Creating an annotated dataset focusing on edge cases is where things get expensive and difficult because the best annotation techniques for that data still involve manual labor. But creating those annotations is absolutely necessary. Fortunately, there are automation tools and services available to help.
Q: Are there any new techniques for dealing with edge cases in AVs?
Over the last few years, work on self-driving cars has propelled a lot of development in active learning, where an algorithm can direct its own learning by querying us, its users, for future examples. This often happens by having heuristics built in to identify failure cases, which can be sampled to create more effective examples, as with Tesla’s fleet learning.
Active learning has become more and more studied in machine learning because people are starting to come across some limitations that aren’t from data alone, but instead arise from not effectively using this data. We have finite time and compute resources to create and learn from annotated data. Active learning can help us use our time and resources more efficiently to label and iterate on the important subsets of the data.
Q: How do you see this field evolving, and when will AVs be “safe enough”?

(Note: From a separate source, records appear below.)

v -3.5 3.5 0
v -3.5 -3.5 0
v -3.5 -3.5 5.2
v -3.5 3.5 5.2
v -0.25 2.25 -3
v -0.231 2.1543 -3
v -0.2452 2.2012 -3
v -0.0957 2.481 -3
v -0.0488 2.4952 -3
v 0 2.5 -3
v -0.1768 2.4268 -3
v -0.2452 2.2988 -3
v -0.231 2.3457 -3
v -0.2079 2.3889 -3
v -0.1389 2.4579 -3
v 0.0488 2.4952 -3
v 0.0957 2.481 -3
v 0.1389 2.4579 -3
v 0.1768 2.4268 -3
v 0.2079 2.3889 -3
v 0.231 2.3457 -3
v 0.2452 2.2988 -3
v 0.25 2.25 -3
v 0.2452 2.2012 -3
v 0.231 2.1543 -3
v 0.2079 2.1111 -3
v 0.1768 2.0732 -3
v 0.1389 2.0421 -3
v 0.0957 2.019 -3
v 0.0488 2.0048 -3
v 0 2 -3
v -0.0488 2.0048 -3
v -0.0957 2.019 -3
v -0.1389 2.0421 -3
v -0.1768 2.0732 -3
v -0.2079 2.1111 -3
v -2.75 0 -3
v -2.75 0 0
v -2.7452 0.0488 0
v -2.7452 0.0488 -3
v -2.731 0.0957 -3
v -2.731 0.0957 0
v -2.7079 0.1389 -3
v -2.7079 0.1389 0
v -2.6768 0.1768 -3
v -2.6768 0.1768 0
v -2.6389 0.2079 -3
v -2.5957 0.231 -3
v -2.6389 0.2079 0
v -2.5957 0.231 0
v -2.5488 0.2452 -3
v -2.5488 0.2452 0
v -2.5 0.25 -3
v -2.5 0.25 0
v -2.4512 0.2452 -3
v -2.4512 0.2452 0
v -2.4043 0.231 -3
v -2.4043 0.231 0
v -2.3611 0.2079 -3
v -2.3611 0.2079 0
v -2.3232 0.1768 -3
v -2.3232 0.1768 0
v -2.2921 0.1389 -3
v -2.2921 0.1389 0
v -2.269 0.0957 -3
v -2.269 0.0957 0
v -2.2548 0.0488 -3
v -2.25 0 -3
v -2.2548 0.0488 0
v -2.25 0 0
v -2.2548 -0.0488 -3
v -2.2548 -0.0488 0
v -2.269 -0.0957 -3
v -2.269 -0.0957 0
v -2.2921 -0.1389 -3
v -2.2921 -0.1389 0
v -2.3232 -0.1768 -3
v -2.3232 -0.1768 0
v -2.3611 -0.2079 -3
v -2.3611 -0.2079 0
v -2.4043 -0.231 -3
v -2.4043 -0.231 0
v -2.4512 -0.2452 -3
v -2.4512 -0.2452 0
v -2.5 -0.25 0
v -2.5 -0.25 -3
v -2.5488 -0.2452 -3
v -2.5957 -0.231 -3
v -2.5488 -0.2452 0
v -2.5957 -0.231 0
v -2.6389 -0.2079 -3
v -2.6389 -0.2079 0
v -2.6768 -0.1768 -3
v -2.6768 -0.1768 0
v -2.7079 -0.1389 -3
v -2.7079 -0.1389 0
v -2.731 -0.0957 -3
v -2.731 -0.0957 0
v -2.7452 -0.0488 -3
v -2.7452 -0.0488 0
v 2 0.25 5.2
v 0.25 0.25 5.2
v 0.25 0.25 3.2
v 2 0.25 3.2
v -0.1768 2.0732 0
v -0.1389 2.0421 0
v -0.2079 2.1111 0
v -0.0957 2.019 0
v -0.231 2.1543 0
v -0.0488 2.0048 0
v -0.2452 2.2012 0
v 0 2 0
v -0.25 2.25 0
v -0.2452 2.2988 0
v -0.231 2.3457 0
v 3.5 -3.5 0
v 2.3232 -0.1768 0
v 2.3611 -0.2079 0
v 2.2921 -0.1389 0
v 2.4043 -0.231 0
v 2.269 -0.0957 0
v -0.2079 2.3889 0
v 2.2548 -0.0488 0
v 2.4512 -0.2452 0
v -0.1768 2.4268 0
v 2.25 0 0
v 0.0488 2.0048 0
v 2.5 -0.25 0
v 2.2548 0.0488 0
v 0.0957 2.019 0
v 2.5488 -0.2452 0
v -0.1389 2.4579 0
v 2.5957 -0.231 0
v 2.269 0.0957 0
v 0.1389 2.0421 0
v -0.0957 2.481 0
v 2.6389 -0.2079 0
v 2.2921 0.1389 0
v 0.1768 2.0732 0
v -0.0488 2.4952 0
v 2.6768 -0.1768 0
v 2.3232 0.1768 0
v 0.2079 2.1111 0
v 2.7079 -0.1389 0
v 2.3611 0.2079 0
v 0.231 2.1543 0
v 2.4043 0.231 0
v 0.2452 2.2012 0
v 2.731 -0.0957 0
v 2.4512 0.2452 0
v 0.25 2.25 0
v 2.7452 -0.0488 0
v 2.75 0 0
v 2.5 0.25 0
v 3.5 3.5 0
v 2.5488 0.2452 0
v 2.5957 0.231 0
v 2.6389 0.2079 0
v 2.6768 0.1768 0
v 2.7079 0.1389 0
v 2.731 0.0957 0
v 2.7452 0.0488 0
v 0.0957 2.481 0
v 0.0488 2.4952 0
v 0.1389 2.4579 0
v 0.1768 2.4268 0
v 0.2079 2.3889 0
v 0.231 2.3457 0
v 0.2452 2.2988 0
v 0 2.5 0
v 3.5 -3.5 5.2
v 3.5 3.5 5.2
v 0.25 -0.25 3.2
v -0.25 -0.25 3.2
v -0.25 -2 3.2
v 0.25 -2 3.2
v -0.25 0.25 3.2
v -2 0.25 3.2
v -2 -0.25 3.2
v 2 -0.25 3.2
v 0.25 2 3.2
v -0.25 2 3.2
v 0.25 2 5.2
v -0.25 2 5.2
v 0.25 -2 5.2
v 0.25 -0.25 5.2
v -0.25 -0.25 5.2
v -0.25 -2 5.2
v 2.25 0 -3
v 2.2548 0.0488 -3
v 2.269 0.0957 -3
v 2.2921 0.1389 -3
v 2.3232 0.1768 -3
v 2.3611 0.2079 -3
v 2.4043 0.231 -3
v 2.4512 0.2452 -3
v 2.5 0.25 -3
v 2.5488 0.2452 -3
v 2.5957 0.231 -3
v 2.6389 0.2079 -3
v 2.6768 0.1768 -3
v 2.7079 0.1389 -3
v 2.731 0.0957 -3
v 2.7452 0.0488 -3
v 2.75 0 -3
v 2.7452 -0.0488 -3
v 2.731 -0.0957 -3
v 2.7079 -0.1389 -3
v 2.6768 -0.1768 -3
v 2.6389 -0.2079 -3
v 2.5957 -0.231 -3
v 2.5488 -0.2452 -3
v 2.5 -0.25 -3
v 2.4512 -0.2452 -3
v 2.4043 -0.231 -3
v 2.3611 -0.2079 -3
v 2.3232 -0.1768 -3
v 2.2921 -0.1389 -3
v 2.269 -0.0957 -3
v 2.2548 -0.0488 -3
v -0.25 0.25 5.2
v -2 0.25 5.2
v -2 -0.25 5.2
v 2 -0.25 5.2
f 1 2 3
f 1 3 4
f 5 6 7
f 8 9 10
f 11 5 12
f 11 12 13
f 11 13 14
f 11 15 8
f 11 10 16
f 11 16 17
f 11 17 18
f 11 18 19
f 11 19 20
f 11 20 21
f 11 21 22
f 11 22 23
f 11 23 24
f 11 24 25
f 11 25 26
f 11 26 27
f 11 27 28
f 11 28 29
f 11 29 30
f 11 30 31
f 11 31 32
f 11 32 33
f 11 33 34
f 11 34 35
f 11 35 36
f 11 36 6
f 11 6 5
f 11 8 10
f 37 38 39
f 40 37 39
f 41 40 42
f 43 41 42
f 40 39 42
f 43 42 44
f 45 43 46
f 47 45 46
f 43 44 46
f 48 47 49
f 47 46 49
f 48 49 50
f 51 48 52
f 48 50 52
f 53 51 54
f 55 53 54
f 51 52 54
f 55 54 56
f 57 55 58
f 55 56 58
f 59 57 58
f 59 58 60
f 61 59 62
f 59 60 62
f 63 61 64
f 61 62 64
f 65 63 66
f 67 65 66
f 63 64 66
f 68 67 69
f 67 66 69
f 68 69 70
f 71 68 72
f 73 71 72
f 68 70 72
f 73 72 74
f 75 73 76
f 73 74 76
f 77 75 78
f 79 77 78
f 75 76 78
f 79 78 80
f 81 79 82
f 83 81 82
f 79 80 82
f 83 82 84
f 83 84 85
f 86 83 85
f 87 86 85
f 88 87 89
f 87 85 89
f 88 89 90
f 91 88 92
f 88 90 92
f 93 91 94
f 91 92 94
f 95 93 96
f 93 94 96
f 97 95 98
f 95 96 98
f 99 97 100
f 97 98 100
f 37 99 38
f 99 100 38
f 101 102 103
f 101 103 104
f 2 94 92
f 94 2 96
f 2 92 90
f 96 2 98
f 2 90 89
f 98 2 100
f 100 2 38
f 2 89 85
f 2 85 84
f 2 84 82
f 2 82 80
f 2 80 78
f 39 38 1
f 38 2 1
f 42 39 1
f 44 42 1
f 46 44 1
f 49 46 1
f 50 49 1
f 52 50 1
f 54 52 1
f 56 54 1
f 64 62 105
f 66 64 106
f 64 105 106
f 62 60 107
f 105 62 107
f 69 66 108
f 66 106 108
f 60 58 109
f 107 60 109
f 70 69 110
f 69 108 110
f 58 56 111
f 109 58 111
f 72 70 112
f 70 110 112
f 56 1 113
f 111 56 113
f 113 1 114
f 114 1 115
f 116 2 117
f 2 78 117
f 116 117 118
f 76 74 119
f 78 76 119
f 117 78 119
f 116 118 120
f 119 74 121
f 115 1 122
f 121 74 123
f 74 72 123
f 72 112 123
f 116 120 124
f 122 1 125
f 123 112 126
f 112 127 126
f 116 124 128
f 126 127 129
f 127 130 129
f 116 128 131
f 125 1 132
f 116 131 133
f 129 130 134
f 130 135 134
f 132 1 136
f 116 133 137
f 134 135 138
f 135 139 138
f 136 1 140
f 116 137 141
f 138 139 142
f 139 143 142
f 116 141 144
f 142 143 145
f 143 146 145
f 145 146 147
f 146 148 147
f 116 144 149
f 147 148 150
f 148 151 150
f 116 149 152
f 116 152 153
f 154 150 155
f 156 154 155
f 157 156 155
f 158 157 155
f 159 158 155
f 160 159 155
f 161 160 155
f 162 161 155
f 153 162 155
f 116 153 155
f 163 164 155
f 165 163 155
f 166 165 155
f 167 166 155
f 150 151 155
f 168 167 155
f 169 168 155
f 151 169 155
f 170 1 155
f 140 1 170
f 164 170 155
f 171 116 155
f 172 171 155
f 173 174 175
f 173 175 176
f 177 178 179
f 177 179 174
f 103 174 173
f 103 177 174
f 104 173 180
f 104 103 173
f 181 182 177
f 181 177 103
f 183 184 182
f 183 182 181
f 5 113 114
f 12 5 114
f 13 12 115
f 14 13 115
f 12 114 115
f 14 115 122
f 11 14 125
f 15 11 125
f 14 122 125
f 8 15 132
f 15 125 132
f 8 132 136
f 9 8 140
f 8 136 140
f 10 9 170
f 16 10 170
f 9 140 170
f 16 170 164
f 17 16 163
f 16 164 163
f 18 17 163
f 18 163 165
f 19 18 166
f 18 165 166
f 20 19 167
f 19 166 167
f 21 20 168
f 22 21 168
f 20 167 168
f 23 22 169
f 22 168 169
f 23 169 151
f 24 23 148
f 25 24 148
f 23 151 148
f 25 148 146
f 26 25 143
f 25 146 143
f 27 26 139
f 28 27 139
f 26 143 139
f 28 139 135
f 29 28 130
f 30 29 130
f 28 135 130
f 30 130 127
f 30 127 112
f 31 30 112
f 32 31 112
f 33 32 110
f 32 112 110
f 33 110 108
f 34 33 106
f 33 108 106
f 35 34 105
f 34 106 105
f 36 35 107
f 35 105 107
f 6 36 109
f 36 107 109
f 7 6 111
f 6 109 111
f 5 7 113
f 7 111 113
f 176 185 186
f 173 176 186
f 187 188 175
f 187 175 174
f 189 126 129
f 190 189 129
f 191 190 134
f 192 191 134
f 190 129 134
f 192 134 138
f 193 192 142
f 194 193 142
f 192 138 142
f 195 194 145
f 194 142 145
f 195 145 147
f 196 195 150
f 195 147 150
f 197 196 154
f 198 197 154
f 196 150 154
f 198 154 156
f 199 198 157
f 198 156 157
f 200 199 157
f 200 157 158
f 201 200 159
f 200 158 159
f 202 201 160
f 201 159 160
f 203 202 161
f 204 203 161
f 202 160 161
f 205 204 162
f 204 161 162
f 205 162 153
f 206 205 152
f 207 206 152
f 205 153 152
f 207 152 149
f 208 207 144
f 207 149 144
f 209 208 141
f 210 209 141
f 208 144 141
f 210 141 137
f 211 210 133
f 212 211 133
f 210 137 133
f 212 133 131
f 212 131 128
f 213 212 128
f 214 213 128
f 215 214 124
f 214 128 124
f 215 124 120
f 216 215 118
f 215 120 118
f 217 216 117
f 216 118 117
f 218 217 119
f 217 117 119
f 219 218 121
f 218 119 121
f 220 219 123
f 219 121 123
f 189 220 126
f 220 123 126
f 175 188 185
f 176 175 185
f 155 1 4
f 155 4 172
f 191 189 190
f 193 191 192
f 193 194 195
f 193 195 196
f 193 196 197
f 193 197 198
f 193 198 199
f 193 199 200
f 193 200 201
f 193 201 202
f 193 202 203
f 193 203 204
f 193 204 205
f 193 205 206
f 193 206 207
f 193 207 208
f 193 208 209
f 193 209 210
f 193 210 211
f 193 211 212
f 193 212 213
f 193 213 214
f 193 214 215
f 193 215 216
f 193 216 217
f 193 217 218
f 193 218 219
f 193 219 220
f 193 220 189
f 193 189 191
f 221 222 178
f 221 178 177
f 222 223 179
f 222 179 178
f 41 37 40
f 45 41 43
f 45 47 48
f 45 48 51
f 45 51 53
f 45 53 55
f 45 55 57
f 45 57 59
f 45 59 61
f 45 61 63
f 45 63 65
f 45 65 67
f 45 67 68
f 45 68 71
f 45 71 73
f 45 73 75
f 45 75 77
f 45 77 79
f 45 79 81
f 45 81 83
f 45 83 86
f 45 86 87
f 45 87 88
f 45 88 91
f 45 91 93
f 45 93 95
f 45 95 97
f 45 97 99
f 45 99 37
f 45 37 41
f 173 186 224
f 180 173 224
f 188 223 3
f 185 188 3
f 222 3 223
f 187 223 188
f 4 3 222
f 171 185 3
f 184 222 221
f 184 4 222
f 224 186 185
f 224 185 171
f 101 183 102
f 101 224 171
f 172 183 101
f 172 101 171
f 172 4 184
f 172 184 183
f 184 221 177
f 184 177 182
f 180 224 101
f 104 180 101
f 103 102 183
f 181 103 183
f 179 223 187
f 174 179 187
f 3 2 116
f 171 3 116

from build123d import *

# Parameters (mm, degrees)
SKETCH1_W           = 7
SKETCH1_H           = 7
BOSS_EXTRUDE1_DEPTH = 5.2
SKETCH2_W           = 4
SKETCH2_H           = 0.5
SKETCH2_W_2         = 0.5
SKETCH2_H_2         = 4
CUT_EXTRUDE1_DEPTH  = 2
SKETCH3_R           = 0.25
BOSS_EXTRUDE2_DEPTH = 3


with BuildPart() as part:
    # Sketch1 → Boss-Extrude1 (new body)
    with BuildSketch(Plane.XY):
        Rectangle(SKETCH1_W, SKETCH1_H)
    extrude(amount=BOSS_EXTRUDE1_DEPTH)

    # Sketch2 → Cut-Extrude1 (cut)
    with BuildSketch(Plane.XY.offset(5.2)):
        Rectangle(SKETCH2_W, SKETCH2_H)
        Rectangle(SKETCH2_W_2, SKETCH2_H_2)
    extrude(amount=-CUT_EXTRUDE1_DEPTH, mode=Mode.SUBTRACT)

    # Sketch3 → Boss-Extrude2 (add)
    with BuildSketch(Plane(origin=(0, 0, 0), x_dir=(-1, 0, 0), z_dir=(0, 0, -1))):
        with Locations((0, 2.25)):
            Circle(SKETCH3_R)
        with Locations((2.5, 0)):
            Circle(SKETCH3_R)
        with Locations((-2.5, 0)):
            Circle(SKETCH3_R)
    extrude(amount=BOSS_EXTRUDE2_DEPTH)


solid = part.part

That is the billion-dollar question. For some time, we’ll continue to face the challenge of both making AVs at least as safe as humans and convincing the public and regulators that they are safe. But we will get there. I think of this like the history of commercial aircraft, which over the years have come a long way in both their safety and the public’s perception of their safety. But truly universally safe AVs will require constant improvement and close cooperation with regulators.